REQUIRED ACTION ▸
Search the entries below for the word "chamfer" and copy each line that has it.

PROVIDED RECORDS ▸
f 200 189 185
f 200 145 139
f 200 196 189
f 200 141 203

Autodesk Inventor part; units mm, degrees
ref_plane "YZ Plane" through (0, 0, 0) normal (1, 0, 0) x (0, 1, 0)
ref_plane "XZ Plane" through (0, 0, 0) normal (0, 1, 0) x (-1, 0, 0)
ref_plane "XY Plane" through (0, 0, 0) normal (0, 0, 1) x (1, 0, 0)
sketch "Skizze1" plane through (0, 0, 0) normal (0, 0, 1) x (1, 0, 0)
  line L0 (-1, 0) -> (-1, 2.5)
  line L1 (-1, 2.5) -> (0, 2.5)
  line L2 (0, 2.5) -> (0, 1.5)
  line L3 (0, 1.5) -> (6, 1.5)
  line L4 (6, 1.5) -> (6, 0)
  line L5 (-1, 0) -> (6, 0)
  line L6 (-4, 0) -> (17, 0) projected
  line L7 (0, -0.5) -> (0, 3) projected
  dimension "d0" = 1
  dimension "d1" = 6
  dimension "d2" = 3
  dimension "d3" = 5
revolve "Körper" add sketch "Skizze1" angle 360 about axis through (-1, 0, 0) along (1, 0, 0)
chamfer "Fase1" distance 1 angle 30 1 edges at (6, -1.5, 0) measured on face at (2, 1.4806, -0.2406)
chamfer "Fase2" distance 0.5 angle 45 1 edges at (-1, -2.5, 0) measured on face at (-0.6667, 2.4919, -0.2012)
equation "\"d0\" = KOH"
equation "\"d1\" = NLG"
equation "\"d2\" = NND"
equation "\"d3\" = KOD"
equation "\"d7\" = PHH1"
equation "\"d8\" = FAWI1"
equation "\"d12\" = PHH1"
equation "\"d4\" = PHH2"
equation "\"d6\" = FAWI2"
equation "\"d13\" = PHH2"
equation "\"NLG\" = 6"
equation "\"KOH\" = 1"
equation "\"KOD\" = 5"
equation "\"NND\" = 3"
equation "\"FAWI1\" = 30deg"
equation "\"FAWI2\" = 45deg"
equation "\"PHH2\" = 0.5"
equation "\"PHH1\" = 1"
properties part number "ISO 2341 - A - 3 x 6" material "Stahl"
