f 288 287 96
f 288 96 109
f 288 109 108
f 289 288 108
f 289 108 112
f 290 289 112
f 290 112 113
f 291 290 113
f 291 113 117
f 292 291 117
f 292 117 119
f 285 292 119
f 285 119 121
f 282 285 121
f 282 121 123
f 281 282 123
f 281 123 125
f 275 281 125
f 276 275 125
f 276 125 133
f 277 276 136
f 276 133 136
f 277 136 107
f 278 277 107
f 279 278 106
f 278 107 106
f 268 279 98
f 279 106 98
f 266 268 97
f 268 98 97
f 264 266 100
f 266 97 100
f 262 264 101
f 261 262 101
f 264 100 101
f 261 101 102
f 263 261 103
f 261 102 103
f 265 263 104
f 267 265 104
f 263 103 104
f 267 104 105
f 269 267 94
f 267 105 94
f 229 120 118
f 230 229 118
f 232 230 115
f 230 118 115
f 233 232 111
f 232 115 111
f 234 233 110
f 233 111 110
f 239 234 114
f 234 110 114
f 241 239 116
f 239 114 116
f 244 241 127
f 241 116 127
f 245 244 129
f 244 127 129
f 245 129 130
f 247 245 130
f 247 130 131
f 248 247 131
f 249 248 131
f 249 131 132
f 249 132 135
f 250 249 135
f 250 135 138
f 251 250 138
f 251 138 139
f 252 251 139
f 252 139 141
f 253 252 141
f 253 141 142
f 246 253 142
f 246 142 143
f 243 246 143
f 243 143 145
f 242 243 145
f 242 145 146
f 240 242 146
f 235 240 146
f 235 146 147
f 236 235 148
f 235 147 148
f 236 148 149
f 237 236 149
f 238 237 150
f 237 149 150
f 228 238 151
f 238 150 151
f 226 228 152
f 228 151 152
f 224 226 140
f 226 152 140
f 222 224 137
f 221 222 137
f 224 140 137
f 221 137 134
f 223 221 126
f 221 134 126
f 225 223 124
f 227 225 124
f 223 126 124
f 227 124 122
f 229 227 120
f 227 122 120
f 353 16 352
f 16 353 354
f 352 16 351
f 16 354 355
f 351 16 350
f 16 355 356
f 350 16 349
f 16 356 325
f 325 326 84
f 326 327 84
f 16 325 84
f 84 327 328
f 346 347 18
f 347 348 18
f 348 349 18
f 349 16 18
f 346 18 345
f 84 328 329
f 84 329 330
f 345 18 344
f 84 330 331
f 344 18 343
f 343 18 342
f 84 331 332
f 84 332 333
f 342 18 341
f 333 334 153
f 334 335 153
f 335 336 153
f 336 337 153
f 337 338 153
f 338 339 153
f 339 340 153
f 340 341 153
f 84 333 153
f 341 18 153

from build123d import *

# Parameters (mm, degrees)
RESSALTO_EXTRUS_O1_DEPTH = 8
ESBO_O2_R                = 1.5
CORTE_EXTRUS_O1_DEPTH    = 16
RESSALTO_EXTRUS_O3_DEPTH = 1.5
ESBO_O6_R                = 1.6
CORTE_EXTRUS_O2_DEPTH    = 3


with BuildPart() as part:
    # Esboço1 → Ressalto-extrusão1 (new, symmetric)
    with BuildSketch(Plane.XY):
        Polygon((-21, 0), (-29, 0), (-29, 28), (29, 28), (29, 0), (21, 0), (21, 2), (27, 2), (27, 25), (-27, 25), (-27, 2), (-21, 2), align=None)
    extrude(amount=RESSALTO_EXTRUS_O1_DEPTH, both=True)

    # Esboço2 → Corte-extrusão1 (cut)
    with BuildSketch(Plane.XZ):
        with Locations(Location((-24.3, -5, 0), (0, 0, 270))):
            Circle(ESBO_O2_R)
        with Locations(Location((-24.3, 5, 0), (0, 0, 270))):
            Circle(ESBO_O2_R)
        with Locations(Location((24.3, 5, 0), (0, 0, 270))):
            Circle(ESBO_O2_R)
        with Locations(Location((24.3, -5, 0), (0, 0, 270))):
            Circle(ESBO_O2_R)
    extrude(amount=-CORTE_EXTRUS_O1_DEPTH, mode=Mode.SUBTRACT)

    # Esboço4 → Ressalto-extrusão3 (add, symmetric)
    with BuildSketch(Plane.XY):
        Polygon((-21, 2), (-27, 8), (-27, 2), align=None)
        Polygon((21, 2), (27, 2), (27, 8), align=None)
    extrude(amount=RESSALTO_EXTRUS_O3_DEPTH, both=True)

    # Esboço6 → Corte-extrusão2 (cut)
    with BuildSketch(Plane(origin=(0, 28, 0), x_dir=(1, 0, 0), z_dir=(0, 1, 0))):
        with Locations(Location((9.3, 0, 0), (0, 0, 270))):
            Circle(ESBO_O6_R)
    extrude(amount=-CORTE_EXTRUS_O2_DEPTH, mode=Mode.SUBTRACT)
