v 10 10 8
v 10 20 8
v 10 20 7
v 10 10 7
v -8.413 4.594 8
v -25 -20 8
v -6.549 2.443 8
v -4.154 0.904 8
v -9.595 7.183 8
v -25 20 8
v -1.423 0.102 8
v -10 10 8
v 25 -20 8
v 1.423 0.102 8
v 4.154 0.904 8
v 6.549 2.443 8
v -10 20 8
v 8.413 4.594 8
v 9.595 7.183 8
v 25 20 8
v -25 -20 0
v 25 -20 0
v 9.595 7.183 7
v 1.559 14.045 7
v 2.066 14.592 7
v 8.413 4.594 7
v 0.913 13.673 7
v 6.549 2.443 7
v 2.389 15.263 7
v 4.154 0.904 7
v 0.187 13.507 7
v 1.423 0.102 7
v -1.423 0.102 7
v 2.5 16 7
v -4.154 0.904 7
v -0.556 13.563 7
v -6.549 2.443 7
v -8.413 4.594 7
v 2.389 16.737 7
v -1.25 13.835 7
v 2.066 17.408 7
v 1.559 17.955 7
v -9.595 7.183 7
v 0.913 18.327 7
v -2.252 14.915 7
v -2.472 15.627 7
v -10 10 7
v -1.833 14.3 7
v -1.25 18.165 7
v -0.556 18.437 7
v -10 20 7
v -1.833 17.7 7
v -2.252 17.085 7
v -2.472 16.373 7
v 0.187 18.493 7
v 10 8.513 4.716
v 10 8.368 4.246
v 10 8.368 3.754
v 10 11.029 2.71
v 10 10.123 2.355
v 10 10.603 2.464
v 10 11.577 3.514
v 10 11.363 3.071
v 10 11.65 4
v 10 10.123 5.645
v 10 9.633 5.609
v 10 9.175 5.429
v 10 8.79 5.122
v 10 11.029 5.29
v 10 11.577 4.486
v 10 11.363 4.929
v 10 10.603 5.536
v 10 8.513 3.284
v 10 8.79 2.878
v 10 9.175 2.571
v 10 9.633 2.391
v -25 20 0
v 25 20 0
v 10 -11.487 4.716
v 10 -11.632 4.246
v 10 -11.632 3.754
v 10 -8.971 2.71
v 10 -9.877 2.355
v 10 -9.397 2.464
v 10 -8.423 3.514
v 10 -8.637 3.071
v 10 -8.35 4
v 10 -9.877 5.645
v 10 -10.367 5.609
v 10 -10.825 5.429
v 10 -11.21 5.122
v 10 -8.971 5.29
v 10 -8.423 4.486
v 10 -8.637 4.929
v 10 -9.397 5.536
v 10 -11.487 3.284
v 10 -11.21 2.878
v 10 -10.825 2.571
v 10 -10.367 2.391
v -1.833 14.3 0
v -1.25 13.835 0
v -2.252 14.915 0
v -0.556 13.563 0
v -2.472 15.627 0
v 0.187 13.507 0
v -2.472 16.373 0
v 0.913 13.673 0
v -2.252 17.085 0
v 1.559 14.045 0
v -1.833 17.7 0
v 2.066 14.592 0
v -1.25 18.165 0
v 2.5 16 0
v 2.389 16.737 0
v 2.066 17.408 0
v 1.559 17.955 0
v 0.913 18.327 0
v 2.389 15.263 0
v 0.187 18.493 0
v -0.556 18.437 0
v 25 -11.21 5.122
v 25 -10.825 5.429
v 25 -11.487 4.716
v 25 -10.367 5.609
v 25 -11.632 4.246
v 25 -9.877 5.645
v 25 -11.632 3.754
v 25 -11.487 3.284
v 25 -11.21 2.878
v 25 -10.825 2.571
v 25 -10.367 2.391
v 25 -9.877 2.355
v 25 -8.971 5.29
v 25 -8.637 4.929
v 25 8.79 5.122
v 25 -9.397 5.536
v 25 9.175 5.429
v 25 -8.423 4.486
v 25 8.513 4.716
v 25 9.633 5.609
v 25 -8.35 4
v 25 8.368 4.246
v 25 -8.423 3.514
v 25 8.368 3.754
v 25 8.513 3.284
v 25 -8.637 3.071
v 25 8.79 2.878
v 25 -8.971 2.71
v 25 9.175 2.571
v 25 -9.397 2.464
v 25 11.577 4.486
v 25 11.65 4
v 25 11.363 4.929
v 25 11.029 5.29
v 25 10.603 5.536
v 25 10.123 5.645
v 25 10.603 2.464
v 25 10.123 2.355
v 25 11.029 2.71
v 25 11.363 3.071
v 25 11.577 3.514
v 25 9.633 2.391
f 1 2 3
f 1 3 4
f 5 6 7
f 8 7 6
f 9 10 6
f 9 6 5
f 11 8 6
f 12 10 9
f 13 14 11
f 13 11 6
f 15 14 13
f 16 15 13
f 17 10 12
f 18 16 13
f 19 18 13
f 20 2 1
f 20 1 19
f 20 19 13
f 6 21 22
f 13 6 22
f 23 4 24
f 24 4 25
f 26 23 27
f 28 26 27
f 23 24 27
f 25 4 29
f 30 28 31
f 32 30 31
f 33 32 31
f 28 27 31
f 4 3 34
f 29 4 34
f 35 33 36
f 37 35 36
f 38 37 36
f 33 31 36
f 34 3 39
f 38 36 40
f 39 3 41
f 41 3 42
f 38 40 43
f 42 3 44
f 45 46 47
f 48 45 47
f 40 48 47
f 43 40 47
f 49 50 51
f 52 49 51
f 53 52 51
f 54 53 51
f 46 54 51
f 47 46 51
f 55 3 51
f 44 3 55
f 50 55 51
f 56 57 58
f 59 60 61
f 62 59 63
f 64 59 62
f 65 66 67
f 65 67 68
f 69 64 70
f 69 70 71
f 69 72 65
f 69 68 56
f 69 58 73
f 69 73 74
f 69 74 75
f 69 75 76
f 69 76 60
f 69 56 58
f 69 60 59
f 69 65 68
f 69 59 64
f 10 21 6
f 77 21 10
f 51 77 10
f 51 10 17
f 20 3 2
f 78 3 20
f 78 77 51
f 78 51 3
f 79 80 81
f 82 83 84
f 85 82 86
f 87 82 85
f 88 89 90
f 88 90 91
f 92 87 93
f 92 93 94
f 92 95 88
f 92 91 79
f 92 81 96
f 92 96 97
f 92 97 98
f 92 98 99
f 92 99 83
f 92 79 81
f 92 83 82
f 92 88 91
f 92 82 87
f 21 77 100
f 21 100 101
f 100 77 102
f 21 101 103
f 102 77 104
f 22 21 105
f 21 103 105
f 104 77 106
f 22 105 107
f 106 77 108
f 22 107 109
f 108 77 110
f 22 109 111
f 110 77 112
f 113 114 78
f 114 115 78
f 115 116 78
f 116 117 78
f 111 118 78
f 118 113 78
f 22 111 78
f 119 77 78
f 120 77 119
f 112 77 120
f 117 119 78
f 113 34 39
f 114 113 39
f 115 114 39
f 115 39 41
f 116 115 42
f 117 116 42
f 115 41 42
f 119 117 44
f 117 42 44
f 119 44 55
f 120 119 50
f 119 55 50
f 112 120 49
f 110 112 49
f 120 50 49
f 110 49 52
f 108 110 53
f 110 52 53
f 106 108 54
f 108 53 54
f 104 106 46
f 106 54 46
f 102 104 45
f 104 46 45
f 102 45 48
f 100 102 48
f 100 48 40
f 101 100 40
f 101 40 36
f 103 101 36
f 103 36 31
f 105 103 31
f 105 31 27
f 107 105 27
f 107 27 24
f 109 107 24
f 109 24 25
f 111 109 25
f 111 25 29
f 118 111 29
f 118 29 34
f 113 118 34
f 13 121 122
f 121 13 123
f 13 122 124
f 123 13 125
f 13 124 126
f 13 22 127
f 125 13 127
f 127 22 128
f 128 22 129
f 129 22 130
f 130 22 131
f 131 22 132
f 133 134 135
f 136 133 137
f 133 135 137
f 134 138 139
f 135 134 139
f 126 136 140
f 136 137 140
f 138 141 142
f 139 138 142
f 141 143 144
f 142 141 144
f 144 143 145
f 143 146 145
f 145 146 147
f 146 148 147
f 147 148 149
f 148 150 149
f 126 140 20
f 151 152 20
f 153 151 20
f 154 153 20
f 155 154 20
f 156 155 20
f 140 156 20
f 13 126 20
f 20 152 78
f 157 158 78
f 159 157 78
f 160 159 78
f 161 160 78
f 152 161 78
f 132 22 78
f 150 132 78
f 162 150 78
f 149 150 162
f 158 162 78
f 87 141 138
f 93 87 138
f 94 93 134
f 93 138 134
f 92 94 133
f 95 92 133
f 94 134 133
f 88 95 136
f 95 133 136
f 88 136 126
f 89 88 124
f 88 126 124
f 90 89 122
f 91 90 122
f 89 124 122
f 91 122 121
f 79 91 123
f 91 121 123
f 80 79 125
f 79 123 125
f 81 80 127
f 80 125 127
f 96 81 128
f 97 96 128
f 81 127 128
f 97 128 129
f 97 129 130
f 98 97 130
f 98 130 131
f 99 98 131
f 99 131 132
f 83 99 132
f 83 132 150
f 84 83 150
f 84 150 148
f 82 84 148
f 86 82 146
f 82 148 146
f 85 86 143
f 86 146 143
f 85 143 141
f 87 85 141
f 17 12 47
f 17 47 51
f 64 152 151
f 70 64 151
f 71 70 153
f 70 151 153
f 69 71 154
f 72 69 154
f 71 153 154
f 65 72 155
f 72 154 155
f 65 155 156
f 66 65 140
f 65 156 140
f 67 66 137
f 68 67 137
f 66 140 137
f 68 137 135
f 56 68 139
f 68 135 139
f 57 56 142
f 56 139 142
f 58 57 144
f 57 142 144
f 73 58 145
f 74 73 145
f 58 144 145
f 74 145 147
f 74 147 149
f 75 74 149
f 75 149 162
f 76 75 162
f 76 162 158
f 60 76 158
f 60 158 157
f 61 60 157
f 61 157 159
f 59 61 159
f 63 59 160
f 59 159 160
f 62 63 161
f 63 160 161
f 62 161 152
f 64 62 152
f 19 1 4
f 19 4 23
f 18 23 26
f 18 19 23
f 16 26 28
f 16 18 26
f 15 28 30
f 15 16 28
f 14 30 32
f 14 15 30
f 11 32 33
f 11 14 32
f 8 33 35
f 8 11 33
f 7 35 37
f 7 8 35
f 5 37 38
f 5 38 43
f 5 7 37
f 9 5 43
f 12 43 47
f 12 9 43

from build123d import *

# Parameters (mm, degrees)
SKETCH_1_W          = 50
SKETCH_1_H          = 40
EXTRUDE_1_DEPTH     = 8
SKETCH_2_R          = 1.65
CUT_EXTRUDE_1_DEPTH = 15
CUT_EXTRUDE_2_DEPTH = 1
SKETCH_5_R          = 2.5
CUT_EXTRUDE_3_DEPTH = 10


with BuildPart() as part:
    # Эскиз1 → Бобышка-Вытянуть1 (new body)
    with BuildSketch(Plane.XY):
        Rectangle(SKETCH_1_W, SKETCH_1_H)
    extrude(amount=EXTRUDE_1_DEPTH)

    # Эскиз2 → Вырез-Вытянуть1 (cut)
    with BuildSketch(Plane(origin=(25, 0, 0), x_dir=(0, 0, -1), z_dir=(1, 0, 0))):
        with Locations(Location((-4, 10, 0), (0, 0, 90))):
            Circle(SKETCH_2_R)
        with Locations(Location((-4, -10, 0), (0, 0, 90))):
            Circle(SKETCH_2_R)
    extrude(amount=-CUT_EXTRUDE_1_DEPTH, mode=Mode.SUBTRACT)

    # Эскиз4 → Вырез-Вытянуть2 (cut)
    with BuildSketch(Plane.XY.offset(8)):
        with BuildLine():
            Line((-10, 20), (10, 20))
            Line((10, 20), (10, 10))
            ThreePointArc((10, 10), (0, 0), (-10, 10))
            Line((-10, 10), (-10, 20))
        make_face()
    extrude(amount=-CUT_EXTRUDE_2_DEPTH, mode=Mode.SUBTRACT)

    # Эскиз5 → Вырез-Вытянуть3 (cut)
    with BuildSketch(Plane.XY.offset(7)):
        with Locations((0, 16)):
            Circle(SKETCH_5_R)
    extrude(amount=-CUT_EXTRUDE_3_DEPTH, mode=Mode.SUBTRACT)


solid = part.part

FINISHED EXERCISE ▸
chamfer "Fase1" distance 1 angle 30 1 edges at (6, -1.5, 0) measured on face at (2, 1.4806, -0.2406)
chamfer "Fase2" distance 0.5 angle 45 1 edges at (-1, -2.5, 0) measured on face at (-0.6667, 2.4919, -0.2012)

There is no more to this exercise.